Where might interest rates be headed? (from the ASX)



According the the ASX's Interbank cash rate futures implied yield curve chart (try saying that with your mouth full!) as of 1 June, interest rates may heading down by a further 1% or more within the next 12 months (the current official cash rate is 3.75%).

What does that mean?

Effectively that interest rates could be cut four or more times in the next year. In short, the market is pricing in a rough road ahead for global economies, and the Reserve Bank could be frantically slashing interest rates in a bid to stimulate economic activity.

Implied yield curve charts aren't a prediction of the future, as such - rather they reflect a balance of probabilities. So the market prices in the likelihood of a range of outcomes and the impact of those outcomes on future interest rates and yields.

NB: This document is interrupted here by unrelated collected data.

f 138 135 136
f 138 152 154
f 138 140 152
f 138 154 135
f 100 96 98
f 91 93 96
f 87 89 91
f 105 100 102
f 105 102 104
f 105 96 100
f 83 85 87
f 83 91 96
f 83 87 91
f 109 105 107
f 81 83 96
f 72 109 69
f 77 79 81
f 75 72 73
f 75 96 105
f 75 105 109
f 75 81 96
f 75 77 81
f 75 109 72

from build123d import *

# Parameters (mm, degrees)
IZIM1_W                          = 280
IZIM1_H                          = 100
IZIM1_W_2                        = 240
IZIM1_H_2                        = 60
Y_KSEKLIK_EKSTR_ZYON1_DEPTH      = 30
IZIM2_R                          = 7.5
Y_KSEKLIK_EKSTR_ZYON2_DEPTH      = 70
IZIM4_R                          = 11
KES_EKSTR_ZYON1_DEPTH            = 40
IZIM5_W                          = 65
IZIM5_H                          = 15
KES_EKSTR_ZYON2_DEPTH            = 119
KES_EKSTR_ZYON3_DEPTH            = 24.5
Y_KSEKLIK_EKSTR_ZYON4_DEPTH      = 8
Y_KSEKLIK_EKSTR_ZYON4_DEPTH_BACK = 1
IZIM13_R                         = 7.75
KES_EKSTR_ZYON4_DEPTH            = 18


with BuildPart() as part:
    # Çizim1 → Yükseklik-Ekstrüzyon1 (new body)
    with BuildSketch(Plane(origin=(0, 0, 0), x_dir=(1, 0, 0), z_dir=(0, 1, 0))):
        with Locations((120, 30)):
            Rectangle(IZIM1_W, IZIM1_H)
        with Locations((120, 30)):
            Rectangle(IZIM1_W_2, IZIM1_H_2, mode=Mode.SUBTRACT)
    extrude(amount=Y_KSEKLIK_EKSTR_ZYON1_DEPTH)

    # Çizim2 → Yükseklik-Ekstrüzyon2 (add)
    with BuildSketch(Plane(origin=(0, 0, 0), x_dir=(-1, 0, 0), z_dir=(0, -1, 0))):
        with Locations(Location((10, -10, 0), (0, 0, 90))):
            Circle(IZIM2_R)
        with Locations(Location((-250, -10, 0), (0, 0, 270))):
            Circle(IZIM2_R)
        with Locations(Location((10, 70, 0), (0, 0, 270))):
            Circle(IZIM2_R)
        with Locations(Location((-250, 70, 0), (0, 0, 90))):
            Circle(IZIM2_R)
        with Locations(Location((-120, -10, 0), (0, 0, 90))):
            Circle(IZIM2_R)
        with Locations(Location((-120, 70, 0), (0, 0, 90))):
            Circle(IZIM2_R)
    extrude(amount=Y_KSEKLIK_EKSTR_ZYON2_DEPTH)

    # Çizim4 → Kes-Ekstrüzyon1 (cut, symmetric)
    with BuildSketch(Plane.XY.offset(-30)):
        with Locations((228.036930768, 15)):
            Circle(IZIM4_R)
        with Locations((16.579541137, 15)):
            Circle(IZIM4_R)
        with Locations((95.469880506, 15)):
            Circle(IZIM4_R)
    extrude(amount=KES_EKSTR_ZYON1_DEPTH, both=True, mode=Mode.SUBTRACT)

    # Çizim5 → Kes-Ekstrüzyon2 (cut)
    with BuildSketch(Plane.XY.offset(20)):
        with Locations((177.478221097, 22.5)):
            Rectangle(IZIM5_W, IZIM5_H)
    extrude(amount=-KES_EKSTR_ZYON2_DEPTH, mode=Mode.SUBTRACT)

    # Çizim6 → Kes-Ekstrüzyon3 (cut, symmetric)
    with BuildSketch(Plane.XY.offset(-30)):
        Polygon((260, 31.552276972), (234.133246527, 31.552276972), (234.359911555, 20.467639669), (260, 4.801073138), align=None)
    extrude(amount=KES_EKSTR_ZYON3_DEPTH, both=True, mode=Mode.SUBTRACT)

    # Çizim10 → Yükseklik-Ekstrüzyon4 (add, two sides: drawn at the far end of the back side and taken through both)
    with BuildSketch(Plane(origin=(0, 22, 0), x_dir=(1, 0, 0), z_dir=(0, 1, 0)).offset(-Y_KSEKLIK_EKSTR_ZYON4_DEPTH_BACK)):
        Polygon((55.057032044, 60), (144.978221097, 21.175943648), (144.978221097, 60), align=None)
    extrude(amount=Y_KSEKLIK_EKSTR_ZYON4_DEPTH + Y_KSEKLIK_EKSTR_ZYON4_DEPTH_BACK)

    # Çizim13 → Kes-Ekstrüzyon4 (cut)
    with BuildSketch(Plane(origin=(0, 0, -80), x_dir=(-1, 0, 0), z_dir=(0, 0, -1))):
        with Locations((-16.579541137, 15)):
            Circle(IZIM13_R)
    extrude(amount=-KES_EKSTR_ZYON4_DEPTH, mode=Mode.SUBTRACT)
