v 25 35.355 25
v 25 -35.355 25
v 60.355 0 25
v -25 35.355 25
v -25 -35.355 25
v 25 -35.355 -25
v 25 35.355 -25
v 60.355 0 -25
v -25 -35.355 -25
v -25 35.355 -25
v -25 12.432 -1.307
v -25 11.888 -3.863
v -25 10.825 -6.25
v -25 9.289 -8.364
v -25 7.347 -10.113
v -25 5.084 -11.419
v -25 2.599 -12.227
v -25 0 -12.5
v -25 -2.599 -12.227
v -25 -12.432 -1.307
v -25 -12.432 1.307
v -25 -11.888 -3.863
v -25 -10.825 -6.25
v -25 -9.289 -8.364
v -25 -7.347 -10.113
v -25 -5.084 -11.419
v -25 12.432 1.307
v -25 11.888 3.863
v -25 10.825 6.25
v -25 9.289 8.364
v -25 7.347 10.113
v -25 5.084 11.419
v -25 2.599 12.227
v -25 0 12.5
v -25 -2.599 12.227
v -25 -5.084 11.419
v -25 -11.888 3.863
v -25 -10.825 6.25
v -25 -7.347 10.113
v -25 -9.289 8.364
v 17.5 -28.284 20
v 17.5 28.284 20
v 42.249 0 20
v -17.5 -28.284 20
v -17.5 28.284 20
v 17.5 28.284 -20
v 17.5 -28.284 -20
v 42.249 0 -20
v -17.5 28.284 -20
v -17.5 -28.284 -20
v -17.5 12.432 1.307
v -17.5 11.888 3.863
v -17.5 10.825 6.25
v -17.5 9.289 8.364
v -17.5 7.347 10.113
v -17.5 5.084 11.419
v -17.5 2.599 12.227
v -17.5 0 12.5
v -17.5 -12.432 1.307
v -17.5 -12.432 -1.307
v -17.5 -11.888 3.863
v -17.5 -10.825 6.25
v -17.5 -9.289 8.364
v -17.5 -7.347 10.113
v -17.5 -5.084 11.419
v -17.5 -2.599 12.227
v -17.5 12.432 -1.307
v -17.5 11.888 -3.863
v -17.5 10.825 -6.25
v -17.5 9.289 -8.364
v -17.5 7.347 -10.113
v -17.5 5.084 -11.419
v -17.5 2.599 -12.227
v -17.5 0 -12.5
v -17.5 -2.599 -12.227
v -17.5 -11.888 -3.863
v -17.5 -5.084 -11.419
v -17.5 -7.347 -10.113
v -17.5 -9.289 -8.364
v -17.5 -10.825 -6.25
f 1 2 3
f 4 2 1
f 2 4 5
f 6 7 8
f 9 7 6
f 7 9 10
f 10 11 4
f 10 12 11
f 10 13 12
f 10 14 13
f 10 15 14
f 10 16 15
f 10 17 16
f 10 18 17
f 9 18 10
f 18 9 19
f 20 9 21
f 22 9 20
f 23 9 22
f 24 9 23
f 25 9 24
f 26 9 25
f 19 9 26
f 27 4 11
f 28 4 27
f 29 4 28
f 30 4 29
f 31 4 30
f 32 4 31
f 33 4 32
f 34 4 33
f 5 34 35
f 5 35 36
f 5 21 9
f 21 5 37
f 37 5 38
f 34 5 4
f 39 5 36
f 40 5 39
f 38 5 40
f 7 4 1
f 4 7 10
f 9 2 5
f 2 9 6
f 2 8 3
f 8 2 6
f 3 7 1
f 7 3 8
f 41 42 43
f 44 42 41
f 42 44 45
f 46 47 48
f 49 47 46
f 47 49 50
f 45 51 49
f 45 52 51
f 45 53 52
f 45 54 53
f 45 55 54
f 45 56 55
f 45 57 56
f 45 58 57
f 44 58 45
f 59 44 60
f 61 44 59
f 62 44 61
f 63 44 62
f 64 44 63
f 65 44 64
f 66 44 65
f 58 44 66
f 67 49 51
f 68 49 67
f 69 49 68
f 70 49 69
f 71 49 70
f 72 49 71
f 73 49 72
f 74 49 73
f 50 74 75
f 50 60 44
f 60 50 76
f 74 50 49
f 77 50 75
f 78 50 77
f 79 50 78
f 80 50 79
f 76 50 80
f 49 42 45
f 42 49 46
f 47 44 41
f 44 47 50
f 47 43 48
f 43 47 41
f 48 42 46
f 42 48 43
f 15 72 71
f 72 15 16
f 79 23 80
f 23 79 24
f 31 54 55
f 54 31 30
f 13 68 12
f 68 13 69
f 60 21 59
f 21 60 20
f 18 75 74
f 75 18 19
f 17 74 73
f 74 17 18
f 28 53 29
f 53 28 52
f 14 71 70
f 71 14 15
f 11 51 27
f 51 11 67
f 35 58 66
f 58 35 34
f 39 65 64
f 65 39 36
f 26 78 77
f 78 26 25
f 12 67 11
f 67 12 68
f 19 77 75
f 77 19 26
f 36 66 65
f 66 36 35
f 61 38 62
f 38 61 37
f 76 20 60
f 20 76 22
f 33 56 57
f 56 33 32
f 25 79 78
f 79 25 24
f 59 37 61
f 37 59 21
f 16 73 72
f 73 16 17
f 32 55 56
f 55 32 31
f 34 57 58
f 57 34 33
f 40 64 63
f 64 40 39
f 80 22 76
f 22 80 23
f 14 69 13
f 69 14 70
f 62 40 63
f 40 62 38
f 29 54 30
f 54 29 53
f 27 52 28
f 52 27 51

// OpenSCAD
module shape() {
	union() 
	{
	cube([50,d,50], center=true);

	d = sqrt(2*50*50);
	echo(d);

	translate([25,-d/2, -25])
		rotate([0,0,45])
			cube([50, 50, 50], center=false);
	}
}

shell_th = [0.7, 0.8, 0.8];

difference()
{
	difference()
	{
		shape();
		scale(shell_th)
			shape();
	}
	translate([-75, 0, 0])
	rotate([0, 90, 0])
		cylinder(d=25, h=100);
}
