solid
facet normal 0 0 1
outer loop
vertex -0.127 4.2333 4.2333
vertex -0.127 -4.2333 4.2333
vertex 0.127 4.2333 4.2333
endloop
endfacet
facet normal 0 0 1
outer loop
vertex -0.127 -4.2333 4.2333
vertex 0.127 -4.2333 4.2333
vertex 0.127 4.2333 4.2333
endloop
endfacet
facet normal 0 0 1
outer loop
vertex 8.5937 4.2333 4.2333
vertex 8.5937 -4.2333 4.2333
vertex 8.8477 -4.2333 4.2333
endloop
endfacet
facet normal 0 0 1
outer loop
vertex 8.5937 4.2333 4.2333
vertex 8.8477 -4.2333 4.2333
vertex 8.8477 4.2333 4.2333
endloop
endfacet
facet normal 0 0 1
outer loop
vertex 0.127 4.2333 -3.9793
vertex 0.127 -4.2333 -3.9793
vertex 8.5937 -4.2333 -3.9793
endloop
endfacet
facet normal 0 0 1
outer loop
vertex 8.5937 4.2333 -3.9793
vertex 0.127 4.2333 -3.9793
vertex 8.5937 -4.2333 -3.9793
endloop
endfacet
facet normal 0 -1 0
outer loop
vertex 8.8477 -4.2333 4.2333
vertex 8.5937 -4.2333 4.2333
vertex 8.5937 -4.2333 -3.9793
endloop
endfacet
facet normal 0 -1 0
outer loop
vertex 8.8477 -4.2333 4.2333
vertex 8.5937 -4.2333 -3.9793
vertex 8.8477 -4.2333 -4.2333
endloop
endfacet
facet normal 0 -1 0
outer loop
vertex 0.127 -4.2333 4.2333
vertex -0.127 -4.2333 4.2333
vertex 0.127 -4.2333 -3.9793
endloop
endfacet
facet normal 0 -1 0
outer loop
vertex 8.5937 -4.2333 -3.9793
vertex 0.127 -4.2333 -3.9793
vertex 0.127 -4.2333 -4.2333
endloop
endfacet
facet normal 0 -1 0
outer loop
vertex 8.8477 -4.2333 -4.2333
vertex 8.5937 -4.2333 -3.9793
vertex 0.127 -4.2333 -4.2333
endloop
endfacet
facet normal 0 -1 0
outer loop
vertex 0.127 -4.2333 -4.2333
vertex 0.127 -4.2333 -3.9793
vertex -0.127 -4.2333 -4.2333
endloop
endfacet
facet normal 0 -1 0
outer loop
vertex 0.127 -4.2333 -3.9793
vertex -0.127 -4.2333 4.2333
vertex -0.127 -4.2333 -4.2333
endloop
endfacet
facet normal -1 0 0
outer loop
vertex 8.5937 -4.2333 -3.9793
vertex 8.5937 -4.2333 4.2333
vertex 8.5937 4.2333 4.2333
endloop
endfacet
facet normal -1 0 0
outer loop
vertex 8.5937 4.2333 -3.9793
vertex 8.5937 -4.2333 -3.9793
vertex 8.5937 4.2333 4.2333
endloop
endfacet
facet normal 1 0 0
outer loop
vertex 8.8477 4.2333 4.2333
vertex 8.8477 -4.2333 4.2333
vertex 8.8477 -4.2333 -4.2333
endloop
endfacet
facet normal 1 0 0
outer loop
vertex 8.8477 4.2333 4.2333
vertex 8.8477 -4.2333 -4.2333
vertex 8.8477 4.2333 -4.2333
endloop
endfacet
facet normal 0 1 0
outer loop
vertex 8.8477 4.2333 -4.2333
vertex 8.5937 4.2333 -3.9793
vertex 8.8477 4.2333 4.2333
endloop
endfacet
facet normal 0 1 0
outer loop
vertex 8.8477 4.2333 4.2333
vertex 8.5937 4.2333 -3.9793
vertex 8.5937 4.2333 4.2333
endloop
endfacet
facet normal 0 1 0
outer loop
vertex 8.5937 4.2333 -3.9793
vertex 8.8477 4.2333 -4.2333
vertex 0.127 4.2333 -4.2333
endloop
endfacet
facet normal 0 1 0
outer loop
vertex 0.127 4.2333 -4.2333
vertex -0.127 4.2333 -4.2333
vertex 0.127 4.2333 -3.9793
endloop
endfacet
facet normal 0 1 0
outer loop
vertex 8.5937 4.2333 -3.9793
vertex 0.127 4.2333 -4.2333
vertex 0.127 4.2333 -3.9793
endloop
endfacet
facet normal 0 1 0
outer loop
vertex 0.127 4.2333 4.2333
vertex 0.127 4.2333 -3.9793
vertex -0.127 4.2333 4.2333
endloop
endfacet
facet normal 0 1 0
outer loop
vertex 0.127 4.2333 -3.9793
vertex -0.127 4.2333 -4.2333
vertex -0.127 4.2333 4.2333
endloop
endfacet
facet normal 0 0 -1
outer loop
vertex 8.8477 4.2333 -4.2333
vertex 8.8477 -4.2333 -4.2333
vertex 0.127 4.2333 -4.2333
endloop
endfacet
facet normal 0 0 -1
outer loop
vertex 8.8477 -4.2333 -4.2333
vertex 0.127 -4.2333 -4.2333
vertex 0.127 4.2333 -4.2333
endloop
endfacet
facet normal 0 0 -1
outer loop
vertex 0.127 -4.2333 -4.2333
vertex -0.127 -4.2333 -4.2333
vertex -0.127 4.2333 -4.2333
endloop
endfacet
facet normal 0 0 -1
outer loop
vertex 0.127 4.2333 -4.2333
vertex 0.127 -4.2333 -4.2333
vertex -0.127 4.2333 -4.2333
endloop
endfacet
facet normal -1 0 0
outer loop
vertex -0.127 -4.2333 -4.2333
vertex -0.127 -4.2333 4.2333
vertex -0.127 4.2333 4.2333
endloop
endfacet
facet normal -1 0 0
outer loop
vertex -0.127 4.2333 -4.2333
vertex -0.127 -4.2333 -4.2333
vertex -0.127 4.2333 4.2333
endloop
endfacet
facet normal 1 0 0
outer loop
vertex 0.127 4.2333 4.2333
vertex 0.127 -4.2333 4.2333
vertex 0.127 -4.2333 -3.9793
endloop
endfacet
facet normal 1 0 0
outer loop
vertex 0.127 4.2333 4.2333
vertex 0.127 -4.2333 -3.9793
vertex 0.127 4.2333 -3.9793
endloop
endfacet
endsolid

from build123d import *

# Parameters (mm, degrees)
F0_W     = 8.4666666667
F0_H     = 8.4666666667
F1_DEPTH = 0.127
F2_W     = 8.4666666667
F2_H     = 8.4666666667
F3_DEPTH = 0.254
F4_W     = 8.4666666667
F4_H     = 8.2126666667
F4_H_2   = 0.254
F5_DEPTH = 0.254


with BuildPart() as f1:
    # F0 (on Right) → F1 (new body, symmetric)
    with BuildSketch(Plane.YZ):
        Rectangle(F0_W, F0_H)
    extrude(amount=F1_DEPTH, both=True)

    # F2 (on face) → F3 (join)
    with BuildSketch(Plane(origin=(0, 0, -4.2333333333), x_dir=(1, 0, 0), z_dir=(0, 0, -1))):
        with Locations((4.3603333333, 0)):
            Rectangle(F2_W, F2_H)
    extrude(amount=-F3_DEPTH)

    # F4 (on face) → F5 (join)
    with BuildSketch(Plane.YZ.offset(8.5936666667)):
        with Locations((0, 0.127)):
            Rectangle(F4_W, F4_H)
        with Locations((0, -4.1063333333)):
            Rectangle(F4_W, F4_H_2)
    extrude(amount=F5_DEPTH)


solid = f1.part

It has been said that the Aussie dollar will have to fall from its current level of around 97 US cents to 90 cents or below in order to entice foreign investors back into the property market. Well, if rates are cut multiple times, then the Aussie dollar will almost certainly be headed significantly lower.

Lower mortgage rates would also see domestic investors and homebuyers back into the market and the lower rates would also see positive-cash-flow investment properties abound once again. Expect to see unit values on the up if multiple rate cuts eventuate.


The graph above implies that the market is extremely jittery and anxious (so am I, in fact, but that's because I have had 3 cups of coffee today) and it could well be a miserable year ahead for shares. In fact, equities were off some 7.5% in May, erasing 2012 year-to-date gains. Yet another crap year for superannuation funds pending...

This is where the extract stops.